Task instructions: Only one stretch of the records below is wanted: the lines from the one holding "#217=EDGE_LOOP('',(#192,#199,#205,#211,#216));" through the one holding "#247=ORIENTED_EDGE('',*,*,#246,.F.);". Return it exactly, both ends included.

+++

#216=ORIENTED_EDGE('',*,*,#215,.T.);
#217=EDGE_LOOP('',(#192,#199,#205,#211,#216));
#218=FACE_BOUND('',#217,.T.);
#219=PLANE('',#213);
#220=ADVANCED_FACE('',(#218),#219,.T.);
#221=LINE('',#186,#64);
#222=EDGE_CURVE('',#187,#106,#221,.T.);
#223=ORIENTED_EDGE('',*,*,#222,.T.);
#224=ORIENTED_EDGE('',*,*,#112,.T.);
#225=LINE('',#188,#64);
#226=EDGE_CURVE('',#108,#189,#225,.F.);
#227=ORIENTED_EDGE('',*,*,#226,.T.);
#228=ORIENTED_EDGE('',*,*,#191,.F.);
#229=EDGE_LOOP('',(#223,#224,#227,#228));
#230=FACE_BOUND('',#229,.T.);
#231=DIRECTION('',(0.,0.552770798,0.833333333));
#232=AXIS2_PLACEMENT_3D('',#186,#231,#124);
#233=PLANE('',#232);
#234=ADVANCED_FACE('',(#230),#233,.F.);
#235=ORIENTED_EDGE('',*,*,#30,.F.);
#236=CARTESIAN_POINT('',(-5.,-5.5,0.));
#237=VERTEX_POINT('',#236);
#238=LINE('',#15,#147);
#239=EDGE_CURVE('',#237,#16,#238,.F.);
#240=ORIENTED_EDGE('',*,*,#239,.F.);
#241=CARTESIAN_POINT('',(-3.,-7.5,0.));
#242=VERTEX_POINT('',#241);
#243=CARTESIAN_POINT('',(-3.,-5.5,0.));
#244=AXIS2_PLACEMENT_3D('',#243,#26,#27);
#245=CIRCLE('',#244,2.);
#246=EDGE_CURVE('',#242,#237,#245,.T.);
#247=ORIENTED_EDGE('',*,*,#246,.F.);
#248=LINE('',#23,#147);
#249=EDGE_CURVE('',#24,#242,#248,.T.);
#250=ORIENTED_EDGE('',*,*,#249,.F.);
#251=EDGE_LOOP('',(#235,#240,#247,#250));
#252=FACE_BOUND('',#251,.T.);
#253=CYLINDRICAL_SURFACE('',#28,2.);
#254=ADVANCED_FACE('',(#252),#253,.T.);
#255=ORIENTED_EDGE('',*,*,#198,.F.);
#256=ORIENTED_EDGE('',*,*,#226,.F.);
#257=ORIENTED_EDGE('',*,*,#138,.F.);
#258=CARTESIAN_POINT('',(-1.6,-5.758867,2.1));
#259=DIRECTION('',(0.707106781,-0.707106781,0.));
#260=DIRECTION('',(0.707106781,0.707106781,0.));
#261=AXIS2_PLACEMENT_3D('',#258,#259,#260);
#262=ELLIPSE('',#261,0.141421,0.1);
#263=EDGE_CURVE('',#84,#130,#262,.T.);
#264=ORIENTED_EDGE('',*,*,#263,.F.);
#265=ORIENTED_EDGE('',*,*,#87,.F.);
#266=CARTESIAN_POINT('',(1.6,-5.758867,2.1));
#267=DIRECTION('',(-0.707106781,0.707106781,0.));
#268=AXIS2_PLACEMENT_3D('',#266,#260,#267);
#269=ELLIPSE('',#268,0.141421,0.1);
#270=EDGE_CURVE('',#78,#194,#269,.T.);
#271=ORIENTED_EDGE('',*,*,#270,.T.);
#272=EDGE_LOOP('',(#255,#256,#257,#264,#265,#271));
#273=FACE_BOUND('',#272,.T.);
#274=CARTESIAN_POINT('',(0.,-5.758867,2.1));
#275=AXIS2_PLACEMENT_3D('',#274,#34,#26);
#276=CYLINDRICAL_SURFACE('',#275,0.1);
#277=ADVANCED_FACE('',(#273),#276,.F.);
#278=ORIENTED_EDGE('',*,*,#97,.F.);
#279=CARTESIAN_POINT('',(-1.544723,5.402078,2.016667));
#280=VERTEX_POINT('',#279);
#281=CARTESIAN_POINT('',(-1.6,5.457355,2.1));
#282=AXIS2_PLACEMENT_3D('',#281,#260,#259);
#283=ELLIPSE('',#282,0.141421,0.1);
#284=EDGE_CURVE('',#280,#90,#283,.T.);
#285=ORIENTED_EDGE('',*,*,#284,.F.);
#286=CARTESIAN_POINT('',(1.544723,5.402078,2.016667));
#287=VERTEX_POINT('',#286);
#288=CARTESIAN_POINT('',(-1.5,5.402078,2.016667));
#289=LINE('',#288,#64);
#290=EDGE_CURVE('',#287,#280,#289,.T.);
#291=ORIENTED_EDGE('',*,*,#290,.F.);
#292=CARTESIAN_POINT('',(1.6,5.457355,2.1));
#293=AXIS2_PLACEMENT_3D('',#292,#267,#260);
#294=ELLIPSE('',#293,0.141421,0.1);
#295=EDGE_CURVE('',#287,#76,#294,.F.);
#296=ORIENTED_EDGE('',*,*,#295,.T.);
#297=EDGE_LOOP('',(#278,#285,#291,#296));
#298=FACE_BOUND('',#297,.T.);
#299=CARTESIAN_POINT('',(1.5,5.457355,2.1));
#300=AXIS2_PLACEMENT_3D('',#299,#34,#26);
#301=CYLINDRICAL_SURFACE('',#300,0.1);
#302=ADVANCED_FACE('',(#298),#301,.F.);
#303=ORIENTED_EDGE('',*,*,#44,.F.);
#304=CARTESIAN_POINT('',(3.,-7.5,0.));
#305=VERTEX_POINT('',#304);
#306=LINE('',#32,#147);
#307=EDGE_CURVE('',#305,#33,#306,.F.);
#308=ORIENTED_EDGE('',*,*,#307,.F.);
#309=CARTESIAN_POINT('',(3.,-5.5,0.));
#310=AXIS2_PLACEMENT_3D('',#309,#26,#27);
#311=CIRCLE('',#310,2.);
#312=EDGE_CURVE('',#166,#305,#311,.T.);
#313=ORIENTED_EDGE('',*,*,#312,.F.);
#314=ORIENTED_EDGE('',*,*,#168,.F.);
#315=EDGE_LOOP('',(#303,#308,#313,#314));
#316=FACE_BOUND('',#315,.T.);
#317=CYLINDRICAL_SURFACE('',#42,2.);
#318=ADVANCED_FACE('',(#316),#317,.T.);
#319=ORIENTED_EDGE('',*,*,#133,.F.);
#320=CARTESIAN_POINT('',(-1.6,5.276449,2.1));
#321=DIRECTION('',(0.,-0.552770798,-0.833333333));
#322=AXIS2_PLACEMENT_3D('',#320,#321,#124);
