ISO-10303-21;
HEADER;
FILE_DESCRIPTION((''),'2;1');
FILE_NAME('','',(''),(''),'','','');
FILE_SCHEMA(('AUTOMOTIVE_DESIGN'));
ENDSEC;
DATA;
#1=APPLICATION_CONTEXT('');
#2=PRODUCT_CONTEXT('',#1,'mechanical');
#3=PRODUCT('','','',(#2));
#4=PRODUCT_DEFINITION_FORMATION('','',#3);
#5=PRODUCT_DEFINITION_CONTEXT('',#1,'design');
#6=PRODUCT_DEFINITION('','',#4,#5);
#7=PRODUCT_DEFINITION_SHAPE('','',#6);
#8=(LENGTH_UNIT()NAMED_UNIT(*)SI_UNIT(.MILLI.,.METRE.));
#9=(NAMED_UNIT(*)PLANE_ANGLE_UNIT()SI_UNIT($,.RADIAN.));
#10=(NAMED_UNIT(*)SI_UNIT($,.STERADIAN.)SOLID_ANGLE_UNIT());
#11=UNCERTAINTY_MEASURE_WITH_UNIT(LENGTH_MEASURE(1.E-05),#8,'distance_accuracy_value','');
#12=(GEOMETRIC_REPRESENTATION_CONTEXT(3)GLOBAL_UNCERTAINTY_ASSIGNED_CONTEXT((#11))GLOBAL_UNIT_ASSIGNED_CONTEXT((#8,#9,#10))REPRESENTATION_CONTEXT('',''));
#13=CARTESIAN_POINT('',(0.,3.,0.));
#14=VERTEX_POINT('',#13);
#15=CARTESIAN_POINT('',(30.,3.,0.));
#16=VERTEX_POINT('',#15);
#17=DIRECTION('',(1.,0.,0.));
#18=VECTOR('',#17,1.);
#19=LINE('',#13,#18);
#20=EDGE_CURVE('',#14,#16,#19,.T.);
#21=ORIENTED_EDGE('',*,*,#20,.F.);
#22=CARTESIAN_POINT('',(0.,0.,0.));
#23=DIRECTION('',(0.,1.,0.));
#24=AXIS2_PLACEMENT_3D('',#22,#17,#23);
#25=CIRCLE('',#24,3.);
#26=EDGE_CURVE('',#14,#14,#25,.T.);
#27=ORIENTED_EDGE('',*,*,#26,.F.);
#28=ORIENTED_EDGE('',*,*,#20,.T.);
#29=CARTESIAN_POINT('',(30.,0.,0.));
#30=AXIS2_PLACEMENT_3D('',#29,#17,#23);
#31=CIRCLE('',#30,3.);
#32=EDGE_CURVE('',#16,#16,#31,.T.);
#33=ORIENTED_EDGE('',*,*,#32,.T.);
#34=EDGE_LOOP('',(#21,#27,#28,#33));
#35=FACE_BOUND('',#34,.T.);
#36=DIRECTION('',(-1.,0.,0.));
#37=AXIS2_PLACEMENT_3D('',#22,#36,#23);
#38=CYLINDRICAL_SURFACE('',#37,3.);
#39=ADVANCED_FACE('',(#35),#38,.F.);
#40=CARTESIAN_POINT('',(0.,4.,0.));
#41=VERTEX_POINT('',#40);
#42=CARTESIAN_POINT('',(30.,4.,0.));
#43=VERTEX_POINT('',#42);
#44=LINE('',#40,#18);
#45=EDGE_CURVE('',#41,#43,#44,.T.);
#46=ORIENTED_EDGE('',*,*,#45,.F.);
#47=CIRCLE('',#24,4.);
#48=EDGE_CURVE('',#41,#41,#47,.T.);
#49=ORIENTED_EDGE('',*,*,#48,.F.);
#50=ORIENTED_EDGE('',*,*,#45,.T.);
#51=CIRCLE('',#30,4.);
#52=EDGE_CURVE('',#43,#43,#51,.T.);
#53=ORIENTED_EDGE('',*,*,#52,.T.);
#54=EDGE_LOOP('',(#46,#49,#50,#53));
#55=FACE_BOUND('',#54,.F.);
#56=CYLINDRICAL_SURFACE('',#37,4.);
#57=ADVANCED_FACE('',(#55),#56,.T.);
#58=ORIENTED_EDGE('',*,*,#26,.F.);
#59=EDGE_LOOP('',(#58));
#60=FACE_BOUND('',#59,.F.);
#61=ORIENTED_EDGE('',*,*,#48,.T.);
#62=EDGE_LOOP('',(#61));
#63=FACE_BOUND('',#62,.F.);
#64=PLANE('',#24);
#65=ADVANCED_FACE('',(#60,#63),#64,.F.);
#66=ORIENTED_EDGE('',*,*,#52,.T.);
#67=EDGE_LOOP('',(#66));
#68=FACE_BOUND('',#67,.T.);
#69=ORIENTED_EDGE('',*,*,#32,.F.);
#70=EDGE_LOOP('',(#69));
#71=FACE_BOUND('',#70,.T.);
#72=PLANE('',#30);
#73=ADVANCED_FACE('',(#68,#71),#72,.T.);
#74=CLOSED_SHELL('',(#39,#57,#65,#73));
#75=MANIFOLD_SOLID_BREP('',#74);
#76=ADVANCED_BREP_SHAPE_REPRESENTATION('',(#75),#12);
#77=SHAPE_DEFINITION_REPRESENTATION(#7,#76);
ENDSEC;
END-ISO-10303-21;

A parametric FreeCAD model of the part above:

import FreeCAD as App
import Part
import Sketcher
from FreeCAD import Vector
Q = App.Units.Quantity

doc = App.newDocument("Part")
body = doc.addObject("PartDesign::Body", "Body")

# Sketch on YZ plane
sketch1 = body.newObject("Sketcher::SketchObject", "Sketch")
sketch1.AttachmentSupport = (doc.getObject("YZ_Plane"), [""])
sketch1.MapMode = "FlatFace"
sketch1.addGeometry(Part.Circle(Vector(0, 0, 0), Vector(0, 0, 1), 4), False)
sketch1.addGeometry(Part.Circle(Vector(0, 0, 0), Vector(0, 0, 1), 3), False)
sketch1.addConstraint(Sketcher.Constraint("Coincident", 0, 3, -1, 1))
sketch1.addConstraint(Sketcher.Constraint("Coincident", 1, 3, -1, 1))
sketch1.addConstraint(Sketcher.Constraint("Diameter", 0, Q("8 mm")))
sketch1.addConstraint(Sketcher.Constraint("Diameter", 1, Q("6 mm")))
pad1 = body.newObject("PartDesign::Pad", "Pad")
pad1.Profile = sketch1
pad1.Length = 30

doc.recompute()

+++

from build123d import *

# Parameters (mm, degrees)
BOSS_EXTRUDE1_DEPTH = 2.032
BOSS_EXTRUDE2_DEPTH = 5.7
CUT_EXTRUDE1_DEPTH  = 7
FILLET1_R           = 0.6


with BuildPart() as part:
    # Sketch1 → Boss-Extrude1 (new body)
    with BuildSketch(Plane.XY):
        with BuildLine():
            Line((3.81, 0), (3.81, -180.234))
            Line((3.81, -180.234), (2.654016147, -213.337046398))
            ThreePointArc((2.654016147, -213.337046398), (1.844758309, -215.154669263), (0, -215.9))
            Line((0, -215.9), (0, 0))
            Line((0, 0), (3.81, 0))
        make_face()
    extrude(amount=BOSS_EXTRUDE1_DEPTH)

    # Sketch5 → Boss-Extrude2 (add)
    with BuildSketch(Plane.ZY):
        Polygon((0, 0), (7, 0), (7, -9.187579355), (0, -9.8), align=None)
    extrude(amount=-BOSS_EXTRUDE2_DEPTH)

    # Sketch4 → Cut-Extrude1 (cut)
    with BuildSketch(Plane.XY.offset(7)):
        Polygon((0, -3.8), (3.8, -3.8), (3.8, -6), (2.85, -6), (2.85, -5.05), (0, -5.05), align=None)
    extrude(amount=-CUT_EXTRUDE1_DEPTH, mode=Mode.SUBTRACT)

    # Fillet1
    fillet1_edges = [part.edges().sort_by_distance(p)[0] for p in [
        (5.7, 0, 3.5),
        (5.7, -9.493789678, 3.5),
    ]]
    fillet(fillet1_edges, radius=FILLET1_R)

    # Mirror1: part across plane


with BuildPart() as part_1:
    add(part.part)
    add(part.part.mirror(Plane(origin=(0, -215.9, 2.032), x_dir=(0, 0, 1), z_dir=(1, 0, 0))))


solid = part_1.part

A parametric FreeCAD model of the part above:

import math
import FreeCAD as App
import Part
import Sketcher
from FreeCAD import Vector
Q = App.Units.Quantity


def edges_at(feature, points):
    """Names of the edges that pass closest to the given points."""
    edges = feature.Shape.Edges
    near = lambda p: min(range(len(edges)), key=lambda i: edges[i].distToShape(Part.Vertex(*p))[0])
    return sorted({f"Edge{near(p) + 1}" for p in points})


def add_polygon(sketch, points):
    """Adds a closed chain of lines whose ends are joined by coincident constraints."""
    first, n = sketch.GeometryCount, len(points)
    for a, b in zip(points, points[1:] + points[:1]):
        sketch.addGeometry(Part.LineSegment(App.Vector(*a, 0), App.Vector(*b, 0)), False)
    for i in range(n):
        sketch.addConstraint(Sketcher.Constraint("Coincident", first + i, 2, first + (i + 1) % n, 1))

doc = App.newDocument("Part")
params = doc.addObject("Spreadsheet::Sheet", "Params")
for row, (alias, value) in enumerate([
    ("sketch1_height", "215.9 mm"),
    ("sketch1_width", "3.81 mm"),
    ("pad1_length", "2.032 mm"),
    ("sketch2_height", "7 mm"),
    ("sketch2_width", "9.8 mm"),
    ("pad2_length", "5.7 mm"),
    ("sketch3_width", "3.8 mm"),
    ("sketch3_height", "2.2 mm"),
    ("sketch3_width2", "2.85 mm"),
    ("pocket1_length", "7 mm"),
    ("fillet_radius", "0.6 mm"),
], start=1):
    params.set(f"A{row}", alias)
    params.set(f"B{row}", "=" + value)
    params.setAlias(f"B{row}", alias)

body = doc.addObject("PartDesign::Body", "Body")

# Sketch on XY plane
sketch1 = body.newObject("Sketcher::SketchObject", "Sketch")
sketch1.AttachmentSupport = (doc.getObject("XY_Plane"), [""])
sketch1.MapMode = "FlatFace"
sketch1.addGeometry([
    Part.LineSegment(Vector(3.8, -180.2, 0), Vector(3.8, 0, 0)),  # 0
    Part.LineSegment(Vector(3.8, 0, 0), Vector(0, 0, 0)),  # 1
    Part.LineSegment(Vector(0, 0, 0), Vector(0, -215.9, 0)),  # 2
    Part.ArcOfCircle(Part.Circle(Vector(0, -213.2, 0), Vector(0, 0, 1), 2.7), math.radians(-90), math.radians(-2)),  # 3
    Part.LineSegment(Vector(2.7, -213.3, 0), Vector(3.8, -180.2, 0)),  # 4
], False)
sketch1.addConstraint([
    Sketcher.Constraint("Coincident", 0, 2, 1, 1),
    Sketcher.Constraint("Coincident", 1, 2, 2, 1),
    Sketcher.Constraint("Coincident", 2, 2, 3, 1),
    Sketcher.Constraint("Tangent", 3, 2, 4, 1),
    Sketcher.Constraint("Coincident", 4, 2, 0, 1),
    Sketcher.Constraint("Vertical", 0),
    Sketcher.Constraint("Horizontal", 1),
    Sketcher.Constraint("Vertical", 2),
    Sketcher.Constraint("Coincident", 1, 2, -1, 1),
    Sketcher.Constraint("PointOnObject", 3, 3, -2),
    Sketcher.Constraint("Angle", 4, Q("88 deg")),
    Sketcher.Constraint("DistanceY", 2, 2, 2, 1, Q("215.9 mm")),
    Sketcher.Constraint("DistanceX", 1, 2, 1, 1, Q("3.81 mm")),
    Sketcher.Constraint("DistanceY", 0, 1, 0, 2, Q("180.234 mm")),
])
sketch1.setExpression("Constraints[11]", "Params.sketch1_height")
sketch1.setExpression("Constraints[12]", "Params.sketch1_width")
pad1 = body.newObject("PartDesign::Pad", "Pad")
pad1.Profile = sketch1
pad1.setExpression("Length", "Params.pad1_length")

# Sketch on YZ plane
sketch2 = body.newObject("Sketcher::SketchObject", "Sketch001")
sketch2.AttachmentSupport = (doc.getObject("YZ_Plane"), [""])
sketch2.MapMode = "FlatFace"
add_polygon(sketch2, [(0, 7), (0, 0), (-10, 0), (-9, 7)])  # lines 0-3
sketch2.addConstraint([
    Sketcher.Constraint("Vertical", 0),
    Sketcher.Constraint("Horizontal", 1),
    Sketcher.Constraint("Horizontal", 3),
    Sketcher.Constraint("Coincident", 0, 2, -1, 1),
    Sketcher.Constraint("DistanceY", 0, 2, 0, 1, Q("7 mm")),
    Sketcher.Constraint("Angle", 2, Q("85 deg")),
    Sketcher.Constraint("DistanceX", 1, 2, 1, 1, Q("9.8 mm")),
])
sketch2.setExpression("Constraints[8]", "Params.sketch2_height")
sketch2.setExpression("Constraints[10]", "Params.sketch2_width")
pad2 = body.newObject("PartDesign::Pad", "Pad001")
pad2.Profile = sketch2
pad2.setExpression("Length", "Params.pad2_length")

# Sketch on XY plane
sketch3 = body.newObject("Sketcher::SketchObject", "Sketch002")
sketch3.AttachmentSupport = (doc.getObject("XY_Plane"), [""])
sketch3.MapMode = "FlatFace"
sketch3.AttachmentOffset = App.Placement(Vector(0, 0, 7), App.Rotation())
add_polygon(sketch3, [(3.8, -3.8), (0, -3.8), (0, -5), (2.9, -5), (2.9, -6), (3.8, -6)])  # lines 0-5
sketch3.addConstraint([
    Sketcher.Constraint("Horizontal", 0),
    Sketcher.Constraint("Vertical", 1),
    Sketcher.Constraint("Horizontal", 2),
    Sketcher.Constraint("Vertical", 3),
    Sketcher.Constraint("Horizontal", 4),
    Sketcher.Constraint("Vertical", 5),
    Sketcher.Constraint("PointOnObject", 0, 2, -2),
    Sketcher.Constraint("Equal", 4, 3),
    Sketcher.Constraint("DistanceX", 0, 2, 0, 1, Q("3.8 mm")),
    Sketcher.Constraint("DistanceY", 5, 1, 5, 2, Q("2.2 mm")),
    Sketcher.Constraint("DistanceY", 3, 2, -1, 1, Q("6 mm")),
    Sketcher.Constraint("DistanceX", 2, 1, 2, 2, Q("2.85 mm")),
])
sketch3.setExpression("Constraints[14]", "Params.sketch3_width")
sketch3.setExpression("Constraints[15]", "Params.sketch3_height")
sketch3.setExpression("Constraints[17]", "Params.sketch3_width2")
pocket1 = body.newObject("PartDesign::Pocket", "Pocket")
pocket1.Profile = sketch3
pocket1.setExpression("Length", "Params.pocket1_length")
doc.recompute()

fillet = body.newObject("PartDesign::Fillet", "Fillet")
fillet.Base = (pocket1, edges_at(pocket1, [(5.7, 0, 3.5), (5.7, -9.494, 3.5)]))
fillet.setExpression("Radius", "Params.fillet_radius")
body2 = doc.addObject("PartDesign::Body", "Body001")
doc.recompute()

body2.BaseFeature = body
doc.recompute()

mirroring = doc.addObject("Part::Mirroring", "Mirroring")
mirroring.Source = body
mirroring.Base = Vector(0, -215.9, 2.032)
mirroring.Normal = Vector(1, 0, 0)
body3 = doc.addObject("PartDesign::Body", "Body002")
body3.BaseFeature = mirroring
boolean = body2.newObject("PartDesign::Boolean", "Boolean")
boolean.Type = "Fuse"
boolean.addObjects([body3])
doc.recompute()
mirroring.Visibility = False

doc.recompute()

+++

Problem solution:
#217=EDGE_LOOP('',(#192,#199,#205,#211,#216));
#218=FACE_BOUND('',#217,.T.);
#219=PLANE('',#213);
#220=ADVANCED_FACE('',(#218),#219,.T.);
#221=LINE('',#186,#64);
#222=EDGE_CURVE('',#187,#106,#221,.T.);
#223=ORIENTED_EDGE('',*,*,#222,.T.);
#224=ORIENTED_EDGE('',*,*,#112,.T.);
#225=LINE('',#188,#64);
#226=EDGE_CURVE('',#108,#189,#225,.F.);
#227=ORIENTED_EDGE('',*,*,#226,.T.);
#228=ORIENTED_EDGE('',*,*,#191,.F.);
#229=EDGE_LOOP('',(#223,#224,#227,#228));
#230=FACE_BOUND('',#229,.T.);
#231=DIRECTION('',(0.,0.552770798,0.833333333));
#232=AXIS2_PLACEMENT_3D('',#186,#231,#124);
#233=PLANE('',#232);
#234=ADVANCED_FACE('',(#230),#233,.F.);
#235=ORIENTED_EDGE('',*,*,#30,.F.);
#236=CARTESIAN_POINT('',(-5.,-5.5,0.));
#237=VERTEX_POINT('',#236);
#238=LINE('',#15,#147);
#239=EDGE_CURVE('',#237,#16,#238,.F.);
#240=ORIENTED_EDGE('',*,*,#239,.F.);
#241=CARTESIAN_POINT('',(-3.,-7.5,0.));
#242=VERTEX_POINT('',#241);
#243=CARTESIAN_POINT('',(-3.,-5.5,0.));
#244=AXIS2_PLACEMENT_3D('',#243,#26,#27);
#245=CIRCLE('',#244,2.);
#246=EDGE_CURVE('',#242,#237,#245,.T.);
#247=ORIENTED_EDGE('',*,*,#246,.F.);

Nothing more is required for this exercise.